Non-interactive K-mode clustering of high-dimensional categorical data under local differential privacy
Article
Ye, X, Zhu, Y, Zhang, S et al. (2025). Non-interactive K-mode clustering of high-dimensional categorical data under local differential privacy
. INFORMATION SCIENCES, 718 10.1016/j.ins.2025.122417
Ye, X, Zhu, Y, Zhang, S et al. (2025). Non-interactive K-mode clustering of high-dimensional categorical data under local differential privacy
. INFORMATION SCIENCES, 718 10.1016/j.ins.2025.122417
High-dimensional categorical data contains rich user-sensitive information, which poses huge privacy threats to users once leaked during data clustering and analysis. The existing K-mode method under local differential privacy (LDP) always requires multiple user-server interactions, which not only has high communication overhead and computational cost but also makes user privacy vulnerable to malicious attacks during interactions. In this paper, we propose a non-interactive LDP K-mode clustering estimation method for high-dimensional categorical data. We first perform dimensionality reduction on each user data locally through the Fsketch algorithm. Then, we perturb the sketch data, ensuring the perturbation satisfies LDP. The perturbed data is then submitted to the server for K-mode clustering. Finally, on the server, we directly estimate the Hamming distance on the perturbed data to achieve K-mode clustering analysis.

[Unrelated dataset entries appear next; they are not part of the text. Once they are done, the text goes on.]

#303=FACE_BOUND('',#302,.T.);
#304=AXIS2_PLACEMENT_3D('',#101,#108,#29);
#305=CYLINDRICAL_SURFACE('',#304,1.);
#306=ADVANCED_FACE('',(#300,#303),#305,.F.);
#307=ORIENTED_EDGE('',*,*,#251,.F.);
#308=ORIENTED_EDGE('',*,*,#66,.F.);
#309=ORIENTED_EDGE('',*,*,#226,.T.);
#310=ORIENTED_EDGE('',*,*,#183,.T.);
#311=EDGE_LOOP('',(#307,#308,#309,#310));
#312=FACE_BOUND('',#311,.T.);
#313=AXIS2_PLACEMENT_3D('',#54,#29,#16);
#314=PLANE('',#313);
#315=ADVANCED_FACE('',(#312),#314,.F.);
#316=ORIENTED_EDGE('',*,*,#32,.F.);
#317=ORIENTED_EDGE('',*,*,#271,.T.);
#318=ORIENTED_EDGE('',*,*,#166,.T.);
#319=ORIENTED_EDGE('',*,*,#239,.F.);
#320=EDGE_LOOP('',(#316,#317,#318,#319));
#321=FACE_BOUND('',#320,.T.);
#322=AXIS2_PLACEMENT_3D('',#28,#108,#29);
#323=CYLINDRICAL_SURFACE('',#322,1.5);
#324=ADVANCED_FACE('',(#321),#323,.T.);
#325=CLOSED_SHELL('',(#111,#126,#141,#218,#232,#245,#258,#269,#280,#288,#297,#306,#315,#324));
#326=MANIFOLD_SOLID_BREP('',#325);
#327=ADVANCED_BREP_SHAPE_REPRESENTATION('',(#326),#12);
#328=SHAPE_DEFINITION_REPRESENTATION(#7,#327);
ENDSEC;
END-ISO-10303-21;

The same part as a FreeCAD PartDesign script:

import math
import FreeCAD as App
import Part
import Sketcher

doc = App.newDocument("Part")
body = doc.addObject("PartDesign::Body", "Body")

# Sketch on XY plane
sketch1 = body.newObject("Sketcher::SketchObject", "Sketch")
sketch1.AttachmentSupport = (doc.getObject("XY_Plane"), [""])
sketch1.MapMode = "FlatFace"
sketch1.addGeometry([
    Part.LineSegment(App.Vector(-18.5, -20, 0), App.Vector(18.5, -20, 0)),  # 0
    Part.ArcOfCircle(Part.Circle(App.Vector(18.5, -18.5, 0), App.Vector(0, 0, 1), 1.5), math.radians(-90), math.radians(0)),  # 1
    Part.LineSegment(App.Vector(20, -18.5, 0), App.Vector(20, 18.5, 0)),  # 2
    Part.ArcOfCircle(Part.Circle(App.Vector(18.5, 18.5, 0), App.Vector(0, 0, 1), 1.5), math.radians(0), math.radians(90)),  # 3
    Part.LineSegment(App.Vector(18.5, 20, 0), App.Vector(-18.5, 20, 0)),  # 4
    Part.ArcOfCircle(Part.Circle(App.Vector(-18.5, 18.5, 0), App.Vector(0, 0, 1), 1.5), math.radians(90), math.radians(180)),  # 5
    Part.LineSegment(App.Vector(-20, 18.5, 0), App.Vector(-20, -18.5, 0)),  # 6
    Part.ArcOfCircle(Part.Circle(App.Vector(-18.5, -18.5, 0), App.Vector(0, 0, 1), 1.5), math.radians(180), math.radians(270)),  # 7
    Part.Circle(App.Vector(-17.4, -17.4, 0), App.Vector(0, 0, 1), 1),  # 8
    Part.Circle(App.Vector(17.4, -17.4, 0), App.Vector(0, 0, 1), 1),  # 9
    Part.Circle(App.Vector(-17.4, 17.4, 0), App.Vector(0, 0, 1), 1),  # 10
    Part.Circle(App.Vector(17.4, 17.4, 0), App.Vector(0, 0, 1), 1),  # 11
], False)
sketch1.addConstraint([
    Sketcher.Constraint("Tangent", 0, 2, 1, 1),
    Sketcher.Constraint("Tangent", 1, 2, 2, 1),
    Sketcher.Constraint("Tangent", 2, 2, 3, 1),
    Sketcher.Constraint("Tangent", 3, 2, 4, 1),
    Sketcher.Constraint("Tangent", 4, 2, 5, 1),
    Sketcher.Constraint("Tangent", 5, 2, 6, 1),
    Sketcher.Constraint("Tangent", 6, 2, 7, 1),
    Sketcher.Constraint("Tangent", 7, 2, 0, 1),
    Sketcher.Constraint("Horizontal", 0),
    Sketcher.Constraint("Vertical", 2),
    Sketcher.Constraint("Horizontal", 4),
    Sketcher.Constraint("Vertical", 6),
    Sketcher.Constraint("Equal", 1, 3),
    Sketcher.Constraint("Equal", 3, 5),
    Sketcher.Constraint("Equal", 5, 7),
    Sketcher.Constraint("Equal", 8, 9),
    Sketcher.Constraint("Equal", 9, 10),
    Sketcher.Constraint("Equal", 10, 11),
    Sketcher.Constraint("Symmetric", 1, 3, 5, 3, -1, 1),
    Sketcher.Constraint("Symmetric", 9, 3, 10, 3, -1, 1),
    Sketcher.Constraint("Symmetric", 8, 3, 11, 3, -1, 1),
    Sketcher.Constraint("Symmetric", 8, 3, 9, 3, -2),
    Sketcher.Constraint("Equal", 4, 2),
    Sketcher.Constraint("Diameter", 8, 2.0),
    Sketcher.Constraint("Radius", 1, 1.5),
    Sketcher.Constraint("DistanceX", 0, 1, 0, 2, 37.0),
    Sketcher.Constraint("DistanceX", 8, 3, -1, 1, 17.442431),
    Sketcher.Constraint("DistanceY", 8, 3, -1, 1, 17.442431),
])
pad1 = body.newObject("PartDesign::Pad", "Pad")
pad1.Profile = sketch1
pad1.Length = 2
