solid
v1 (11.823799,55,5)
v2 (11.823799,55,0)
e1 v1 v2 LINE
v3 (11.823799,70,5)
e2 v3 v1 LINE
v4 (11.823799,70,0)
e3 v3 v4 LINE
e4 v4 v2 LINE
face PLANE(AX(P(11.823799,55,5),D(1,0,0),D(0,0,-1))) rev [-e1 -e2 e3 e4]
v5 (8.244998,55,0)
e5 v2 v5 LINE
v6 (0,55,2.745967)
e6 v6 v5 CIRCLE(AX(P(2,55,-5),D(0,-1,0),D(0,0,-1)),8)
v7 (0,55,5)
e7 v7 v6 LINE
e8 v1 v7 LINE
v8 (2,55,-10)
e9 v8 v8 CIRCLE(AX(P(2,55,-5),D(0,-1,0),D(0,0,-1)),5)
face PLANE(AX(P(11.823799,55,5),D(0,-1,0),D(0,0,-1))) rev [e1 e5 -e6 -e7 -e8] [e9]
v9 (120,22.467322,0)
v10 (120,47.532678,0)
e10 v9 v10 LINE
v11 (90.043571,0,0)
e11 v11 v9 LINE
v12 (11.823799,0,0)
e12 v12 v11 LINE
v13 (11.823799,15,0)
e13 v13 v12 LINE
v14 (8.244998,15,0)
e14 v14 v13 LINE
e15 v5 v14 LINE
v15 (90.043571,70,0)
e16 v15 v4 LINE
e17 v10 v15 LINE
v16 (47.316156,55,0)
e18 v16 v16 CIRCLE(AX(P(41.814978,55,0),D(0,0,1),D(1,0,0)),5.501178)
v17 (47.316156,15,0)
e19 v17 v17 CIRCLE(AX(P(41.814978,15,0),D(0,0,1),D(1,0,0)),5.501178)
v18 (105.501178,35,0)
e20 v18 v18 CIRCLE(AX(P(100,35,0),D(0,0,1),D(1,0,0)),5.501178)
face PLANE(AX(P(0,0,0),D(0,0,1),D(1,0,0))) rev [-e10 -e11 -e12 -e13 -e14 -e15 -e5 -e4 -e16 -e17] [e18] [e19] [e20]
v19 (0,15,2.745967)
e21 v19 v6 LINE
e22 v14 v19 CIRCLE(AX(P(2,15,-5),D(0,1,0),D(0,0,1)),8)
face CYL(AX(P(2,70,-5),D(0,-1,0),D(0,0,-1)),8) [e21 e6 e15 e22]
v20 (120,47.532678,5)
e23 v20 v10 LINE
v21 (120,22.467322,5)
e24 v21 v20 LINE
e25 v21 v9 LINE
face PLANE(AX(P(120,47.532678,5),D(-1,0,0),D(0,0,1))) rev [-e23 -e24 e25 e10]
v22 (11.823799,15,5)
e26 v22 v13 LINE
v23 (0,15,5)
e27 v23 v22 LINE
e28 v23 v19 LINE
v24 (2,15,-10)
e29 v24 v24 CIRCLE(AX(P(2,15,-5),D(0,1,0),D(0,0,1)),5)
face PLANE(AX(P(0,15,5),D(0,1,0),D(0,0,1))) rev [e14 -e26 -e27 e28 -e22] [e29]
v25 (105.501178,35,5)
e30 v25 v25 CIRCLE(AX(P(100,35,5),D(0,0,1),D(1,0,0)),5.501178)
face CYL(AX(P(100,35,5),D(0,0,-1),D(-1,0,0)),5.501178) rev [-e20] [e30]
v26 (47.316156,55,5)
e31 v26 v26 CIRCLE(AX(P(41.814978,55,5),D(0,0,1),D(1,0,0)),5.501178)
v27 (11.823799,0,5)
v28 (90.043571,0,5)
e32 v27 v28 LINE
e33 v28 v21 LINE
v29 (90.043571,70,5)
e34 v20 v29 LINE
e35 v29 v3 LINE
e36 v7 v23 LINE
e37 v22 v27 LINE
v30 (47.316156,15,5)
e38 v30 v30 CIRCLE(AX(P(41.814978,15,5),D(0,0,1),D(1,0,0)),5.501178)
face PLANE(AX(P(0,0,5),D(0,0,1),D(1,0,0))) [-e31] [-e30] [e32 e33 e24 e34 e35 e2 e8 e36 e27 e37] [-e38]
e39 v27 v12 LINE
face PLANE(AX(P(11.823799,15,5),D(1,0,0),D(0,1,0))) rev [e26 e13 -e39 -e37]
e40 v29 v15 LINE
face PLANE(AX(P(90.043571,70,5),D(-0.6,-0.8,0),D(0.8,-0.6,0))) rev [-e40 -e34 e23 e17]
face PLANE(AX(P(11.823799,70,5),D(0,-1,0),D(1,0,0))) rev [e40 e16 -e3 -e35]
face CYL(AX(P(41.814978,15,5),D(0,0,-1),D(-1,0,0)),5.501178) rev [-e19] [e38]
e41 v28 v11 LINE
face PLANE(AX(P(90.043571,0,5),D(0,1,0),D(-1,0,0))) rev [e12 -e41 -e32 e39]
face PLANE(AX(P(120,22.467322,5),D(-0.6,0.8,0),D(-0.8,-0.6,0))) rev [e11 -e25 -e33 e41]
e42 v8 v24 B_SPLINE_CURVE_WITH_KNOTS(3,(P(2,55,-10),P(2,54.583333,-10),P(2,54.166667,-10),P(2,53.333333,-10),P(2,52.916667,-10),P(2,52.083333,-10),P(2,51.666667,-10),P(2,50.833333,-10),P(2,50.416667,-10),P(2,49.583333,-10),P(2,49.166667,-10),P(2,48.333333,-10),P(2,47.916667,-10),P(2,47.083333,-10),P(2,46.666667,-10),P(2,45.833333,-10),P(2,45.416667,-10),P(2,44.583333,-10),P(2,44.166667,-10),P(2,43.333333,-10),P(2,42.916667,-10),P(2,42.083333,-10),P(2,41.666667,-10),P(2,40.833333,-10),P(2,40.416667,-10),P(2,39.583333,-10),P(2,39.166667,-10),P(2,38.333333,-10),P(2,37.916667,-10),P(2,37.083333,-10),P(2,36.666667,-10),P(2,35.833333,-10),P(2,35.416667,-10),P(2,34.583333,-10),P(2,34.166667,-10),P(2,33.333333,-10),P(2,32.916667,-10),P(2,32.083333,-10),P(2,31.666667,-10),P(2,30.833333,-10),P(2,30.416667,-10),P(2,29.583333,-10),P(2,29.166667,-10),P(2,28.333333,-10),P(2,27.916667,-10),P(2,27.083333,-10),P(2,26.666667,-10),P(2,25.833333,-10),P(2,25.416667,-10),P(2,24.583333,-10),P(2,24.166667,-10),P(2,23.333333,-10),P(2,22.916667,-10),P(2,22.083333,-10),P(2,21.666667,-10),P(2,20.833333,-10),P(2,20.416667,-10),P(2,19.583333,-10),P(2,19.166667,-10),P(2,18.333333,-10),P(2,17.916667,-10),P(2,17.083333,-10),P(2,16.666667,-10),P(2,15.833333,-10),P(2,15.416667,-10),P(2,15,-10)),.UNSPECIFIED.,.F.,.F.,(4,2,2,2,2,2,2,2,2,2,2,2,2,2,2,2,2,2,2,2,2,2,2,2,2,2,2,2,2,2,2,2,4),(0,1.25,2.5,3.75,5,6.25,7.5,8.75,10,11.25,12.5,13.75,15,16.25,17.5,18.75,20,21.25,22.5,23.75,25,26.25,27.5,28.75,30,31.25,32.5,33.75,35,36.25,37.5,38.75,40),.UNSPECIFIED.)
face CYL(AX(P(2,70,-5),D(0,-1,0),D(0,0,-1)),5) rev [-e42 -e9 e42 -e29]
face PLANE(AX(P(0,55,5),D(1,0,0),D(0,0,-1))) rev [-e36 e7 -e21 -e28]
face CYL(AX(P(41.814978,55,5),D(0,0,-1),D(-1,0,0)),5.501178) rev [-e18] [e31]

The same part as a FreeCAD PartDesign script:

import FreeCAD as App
import Part
import Sketcher
Q = App.Units.Quantity


def add_polygon(sketch, points):
    """Adds a closed chain of lines whose ends are joined by coincident constraints."""
    first, n = sketch.GeometryCount, len(points)
    for a, b in zip(points, points[1:] + points[:1]):
        sketch.addGeometry(Part.LineSegment(App.Vector(*a, 0), App.Vector(*b, 0)), False)
    for i in range(n):
        sketch.addConstraint(Sketcher.Constraint("Coincident", first + i, 2, first + (i + 1) % n, 1))

doc = App.newDocument("Part")
body = doc.addObject("PartDesign::Body", "Body")

sketch1 = body.newObject("Sketcher::SketchObject", "Sketch")
sketch1.AttachmentSupport = (doc.getObject("XY_Plane"), [""])
sketch1.MapMode = "FlatFace"
add_polygon(sketch1, [(0, 15), (12, 15), (12, 0), (90, 0), (120, 22), (120, 48), (90, 70), (12, 70), (12, 55), (0, 55)])
sketch1.addGeometry(Part.Circle(App.Vector(42, 15, 0), App.Vector(0, 0, 1), 6), False)
sketch1.addGeometry(Part.Circle(App.Vector(42, 55, 0), App.Vector(0, 0, 1), 6), False)
sketch1.addGeometry(Part.Circle(App.Vector(100, 35, 0), App.Vector(0, 0, 1), 6), False)
sketch1.addConstraint(Sketcher.Constraint("Horizontal", 0))
sketch1.addConstraint(Sketcher.Constraint("Vertical", 1))
sketch1.addConstraint(Sketcher.Constraint("Horizontal", 2))
sketch1.addConstraint(Sketcher.Constraint("Vertical", 4))
sketch1.addConstraint(Sketcher.Constraint("Horizontal", 6))
sketch1.addConstraint(Sketcher.Constraint("Vertical", 7))
sketch1.addConstraint(Sketcher.Constraint("Horizontal", 8))
sketch1.addConstraint(Sketcher.Constraint("Vertical", 9))
sketch1.addConstraint(Sketcher.Constraint("Equal", 10, 11))
sketch1.addConstraint(Sketcher.Constraint("Equal", 11, 12))
sketch1.addConstraint(Sketcher.Constraint("PointOnObject", 1, 2, -1))
sketch1.addConstraint(Sketcher.Constraint("PointOnObject", 8, 2, -2))
sketch1.addConstraint(Sketcher.Constraint("Horizontal", 10, 3, 0, 2))
sketch1.addConstraint(Sketcher.Constraint("Horizontal", 11, 3, 7, 2))
sketch1.addConstraint(Sketcher.Constraint("Vertical", 10, 3, 11, 3))
sketch1.addConstraint(Sketcher.Constraint("Vertical", 2, 2, 5, 2))
sketch1.addConstraint(Sketcher.Constraint("Vertical", 1, 2, 6, 2))
sketch1.addConstraint(Sketcher.Constraint("Equal", 1, 7))
sketch1.addConstraint(Sketcher.Constraint("Equal", 3, 5))
sketch1.addConstraint(Sketcher.Constraint("DistanceY", 1, 2, 1, 1, Q("15 mm")))
sketch1.addConstraint(Sketcher.Constraint("DistanceY", 9, 2, 9, 1, Q("40 mm")))
sketch1.addConstraint(Sketcher.Constraint("DistanceX", -1, 1, 12, 3, Q("100 mm")))
sketch1.addConstraint(Sketcher.Constraint("DistanceY", -1, 1, 12, 3, Q("35 mm")))
sketch1.addConstraint(Sketcher.Constraint("DistanceX", -1, 1, 3, 2, Q("120 mm")))
sketch1.addConstraint(Sketcher.Constraint("Diameter", 10, Q("11.002357 mm")))
sketch1.addConstraint(Sketcher.Constraint("DistanceX", 0, 1, 0, 2, Q("11.823799 mm")))
sketch1.addConstraint(Sketcher.Constraint("DistanceX", 2, 1, 2, 2, Q("78.219772 mm")))
sketch1.addConstraint(Sketcher.Constraint("DistanceY", 4, 1, 4, 2, Q("25.065356 mm")))
sketch1.addConstraint(Sketcher.Constraint("DistanceX", 0, 2, 10, 3, Q("29.991179 mm")))
pad1 = body.newObject("PartDesign::Pad", "Pad")
pad1.Profile = sketch1
pad1.Length = 5

sketch2 = body.newObject("Sketcher::SketchObject", "Sketch001")
sketch2.AttachmentSupport = (doc.getObject("XZ_Plane"), [""])
sketch2.MapMode = "FlatFace"
sketch2.addGeometry(Part.Circle(App.Vector(2, -5, 0), App.Vector(0, 0, 1), 8), False)
sketch2.addGeometry(Part.Circle(App.Vector(2, -5, 0), App.Vector(0, 0, 1), 5), False)
sketch2.addConstraint(Sketcher.Constraint("Coincident", 1, 3, 0, 3))
sketch2.addConstraint(Sketcher.Constraint("Diameter", 0, Q("16 mm")))
sketch2.addConstraint(Sketcher.Constraint("Diameter", 1, Q("10 mm")))
sketch2.addConstraint(Sketcher.Constraint("DistanceX", -1, 1, 0, 3, Q("2 mm")))
sketch2.addConstraint(Sketcher.Constraint("DistanceY", 0, 3, -1, 1, Q("5 mm")))
pad2 = body.newObject("PartDesign::Pad", "Pad001")
pad2.Profile = sketch2
pad2.Length = 70
pad2.Reversed = True

sketch3 = body.newObject("Sketcher::SketchObject", "Sketch002")
sketch3.AttachmentSupport = (doc.getObject("XY_Plane"), [""])
sketch3.MapMode = "FlatFace"
add_polygon(sketch3, [(-6, 70), (-6, 55), (12, 55), (12, 70)])
add_polygon(sketch3, [(-6, 15), (-6, 0), (12, 0), (12, 15)])
sketch3.addConstraint(Sketcher.Constraint("Vertical", 0))
sketch3.addConstraint(Sketcher.Constraint("Horizontal", 1))
sketch3.addConstraint(Sketcher.Constraint("Vertical", 2))
sketch3.addConstraint(Sketcher.Constraint("Horizontal", 3))
sketch3.addConstraint(Sketcher.Constraint("Vertical", 4))
sketch3.addConstraint(Sketcher.Constraint("Horizontal", 5))
sketch3.addConstraint(Sketcher.Constraint("Vertical", 6))
sketch3.addConstraint(Sketcher.Constraint("Horizontal", 7))
sketch3.addConstraint(Sketcher.Constraint("PointOnObject", 4, 2, -1))
sketch3.addConstraint(Sketcher.Constraint("Vertical", 3, 2, 4, 2))
sketch3.addConstraint(Sketcher.Constraint("Vertical", 2, 2, 5, 2))
sketch3.addConstraint(Sketcher.Constraint("Equal", 2, 4))
sketch3.addConstraint(Sketcher.Constraint("DistanceY", 0, 2, 0, 1, Q("15 mm")))
sketch3.addConstraint(Sketcher.Constraint("DistanceX", 0, 2, -1, 1, Q("6 mm")))
sketch3.addConstraint(Sketcher.Constraint("DistanceY", -1, 1, 0, 2, Q("55 mm")))
sketch3.addConstraint(Sketcher.Constraint("DistanceX", 1, 1, 1, 2, Q("17.823799 mm")))
pocket1 = body.newObject("PartDesign::Pocket", "Pocket")
pocket1.Profile = sketch3
pocket1.Type = "ThroughAll"
pocket1.Midplane = True

doc.recompute()
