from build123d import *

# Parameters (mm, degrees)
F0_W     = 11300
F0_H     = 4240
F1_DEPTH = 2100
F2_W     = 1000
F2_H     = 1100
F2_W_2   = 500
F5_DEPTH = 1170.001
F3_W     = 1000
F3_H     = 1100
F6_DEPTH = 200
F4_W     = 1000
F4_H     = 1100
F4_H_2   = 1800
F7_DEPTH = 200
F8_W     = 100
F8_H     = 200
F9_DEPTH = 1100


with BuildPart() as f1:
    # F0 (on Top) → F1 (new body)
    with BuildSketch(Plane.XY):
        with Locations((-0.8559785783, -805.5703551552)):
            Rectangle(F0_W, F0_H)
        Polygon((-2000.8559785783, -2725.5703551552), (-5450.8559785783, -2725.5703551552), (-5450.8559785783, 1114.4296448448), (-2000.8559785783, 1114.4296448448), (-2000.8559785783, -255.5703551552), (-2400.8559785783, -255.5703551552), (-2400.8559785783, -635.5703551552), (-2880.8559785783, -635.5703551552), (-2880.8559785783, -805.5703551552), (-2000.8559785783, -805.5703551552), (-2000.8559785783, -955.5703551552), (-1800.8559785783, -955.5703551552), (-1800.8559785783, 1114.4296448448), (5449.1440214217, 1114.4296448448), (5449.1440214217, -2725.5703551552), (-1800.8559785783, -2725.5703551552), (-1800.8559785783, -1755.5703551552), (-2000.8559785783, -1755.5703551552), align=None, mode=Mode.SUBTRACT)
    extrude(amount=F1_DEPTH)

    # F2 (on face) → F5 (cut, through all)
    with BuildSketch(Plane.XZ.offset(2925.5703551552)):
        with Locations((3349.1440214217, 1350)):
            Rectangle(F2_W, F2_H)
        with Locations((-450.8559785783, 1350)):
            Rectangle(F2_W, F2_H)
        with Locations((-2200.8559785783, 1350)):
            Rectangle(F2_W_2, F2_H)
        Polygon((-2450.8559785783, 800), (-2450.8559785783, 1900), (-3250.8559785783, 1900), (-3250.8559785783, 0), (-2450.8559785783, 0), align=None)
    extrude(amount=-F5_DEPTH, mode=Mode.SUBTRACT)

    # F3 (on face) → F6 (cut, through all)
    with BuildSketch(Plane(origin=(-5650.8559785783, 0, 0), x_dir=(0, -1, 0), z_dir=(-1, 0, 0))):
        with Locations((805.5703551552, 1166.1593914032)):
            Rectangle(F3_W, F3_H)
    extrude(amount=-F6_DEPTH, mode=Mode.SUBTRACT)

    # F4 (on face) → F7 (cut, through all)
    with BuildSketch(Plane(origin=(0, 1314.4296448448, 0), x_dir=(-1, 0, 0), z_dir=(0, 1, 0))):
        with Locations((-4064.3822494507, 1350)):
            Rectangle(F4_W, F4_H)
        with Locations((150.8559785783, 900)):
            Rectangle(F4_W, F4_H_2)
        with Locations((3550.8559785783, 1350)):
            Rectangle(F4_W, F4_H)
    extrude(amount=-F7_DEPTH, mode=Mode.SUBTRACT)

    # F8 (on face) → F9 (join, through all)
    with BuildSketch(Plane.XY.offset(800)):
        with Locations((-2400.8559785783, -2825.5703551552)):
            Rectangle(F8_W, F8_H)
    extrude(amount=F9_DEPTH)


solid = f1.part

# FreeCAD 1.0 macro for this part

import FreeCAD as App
import Part
import Sketcher

V = App.Vector

doc = App.newDocument("Part")
body = doc.addObject("PartDesign::Body", "Body")

# Sketch on XY plane
sketch1 = body.newObject("Sketcher::SketchObject", "Sketch")
sketch1.AttachmentSupport = (doc.getObject("XY_Plane"), [""])
sketch1.MapMode = "FlatFace"
sketch1.addGeometry([
    Part.LineSegment(V(-5650.855979, 1314.429645, 0), V(-5650.855979, -2925.570355, 0)),  # 0
    Part.LineSegment(V(-5650.855979, -2925.570355, 0), V(5649.144021, -2925.570355, 0)),  # 1
    Part.LineSegment(V(5649.144021, -2925.570355, 0), V(5649.144021, 1314.429645, 0)),  # 2
    Part.LineSegment(V(5649.144021, 1314.429645, 0), V(-5650.855979, 1314.429645, 0)),  # 3
    Part.LineSegment(V(-2000.855979, -1755.570355, 0), V(-2000.855979, -2725.570355, 0)),  # 4
    Part.LineSegment(V(-2000.855979, -2725.570355, 0), V(-5450.855979, -2725.570355, 0)),  # 5
    Part.LineSegment(V(-5450.855979, -2725.570355, 0), V(-5450.855979, 1114.429645, 0)),  # 6
    Part.LineSegment(V(-5450.855979, 1114.429645, 0), V(-2000.855979, 1114.429645, 0)),  # 7
    Part.LineSegment(V(-2000.855979, 1114.429645, 0), V(-2000.855979, -255.570355, 0)),  # 8
    Part.LineSegment(V(-2000.855979, -255.570355, 0), V(-2400.855979, -255.570355, 0)),  # 9
    Part.LineSegment(V(-2400.855979, -255.570355, 0), V(-2400.855979, -635.570355, 0)),  # 10
    Part.LineSegment(V(-2400.855979, -635.570355, 0), V(-2880.855979, -635.570355, 0)),  # 11
    Part.LineSegment(V(-2880.855979, -635.570355, 0), V(-2880.855979, -805.570355, 0)),  # 12
    Part.LineSegment(V(-2880.855979, -805.570355, 0), V(-2000.855979, -805.570355, 0)),  # 13
    Part.LineSegment(V(-2000.855979, -805.570355, 0), V(-2000.855979, -955.570355, 0)),  # 14
    Part.LineSegment(V(-2000.855979, -955.570355, 0), V(-1800.855979, -955.570355, 0)),  # 15
    Part.LineSegment(V(-1800.855979, -955.570355, 0), V(-1800.855979, 1114.429645, 0)),  # 16
    Part.LineSegment(V(-1800.855979, 1114.429645, 0), V(5449.144021, 1114.429645, 0)),  # 17
    Part.LineSegment(V(5449.144021, 1114.429645, 0), V(5449.144021, -2725.570355, 0)),  # 18
    Part.LineSegment(V(5449.144021, -2725.570355, 0), V(-1800.855979, -2725.570355, 0)),  # 19
    Part.LineSegment(V(-1800.855979, -2725.570355, 0), V(-1800.855979, -1755.570355, 0)),  # 20
    Part.LineSegment(V(-1800.855979, -1755.570355, 0), V(-2000.855979, -1755.570355, 0)),  # 21
], False)
sketch1.addConstraint([
    Sketcher.Constraint("Coincident", 0, 2, 1, 1),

It is theoretically proven that our perturbation method satisfies LDP and is unbiased. Compared with state-of-the-art methods, our scheme more accurately estimates the Hamming distance between high-dimensional categorical data, reducing communication overhead due to only one interaction. Extensive experiments demonstrate the effectiveness of our method on four real high-dimensional category data sets, in which our scheme has a smaller normalized intra-cluster variance and larger purity index under the same privacy budget.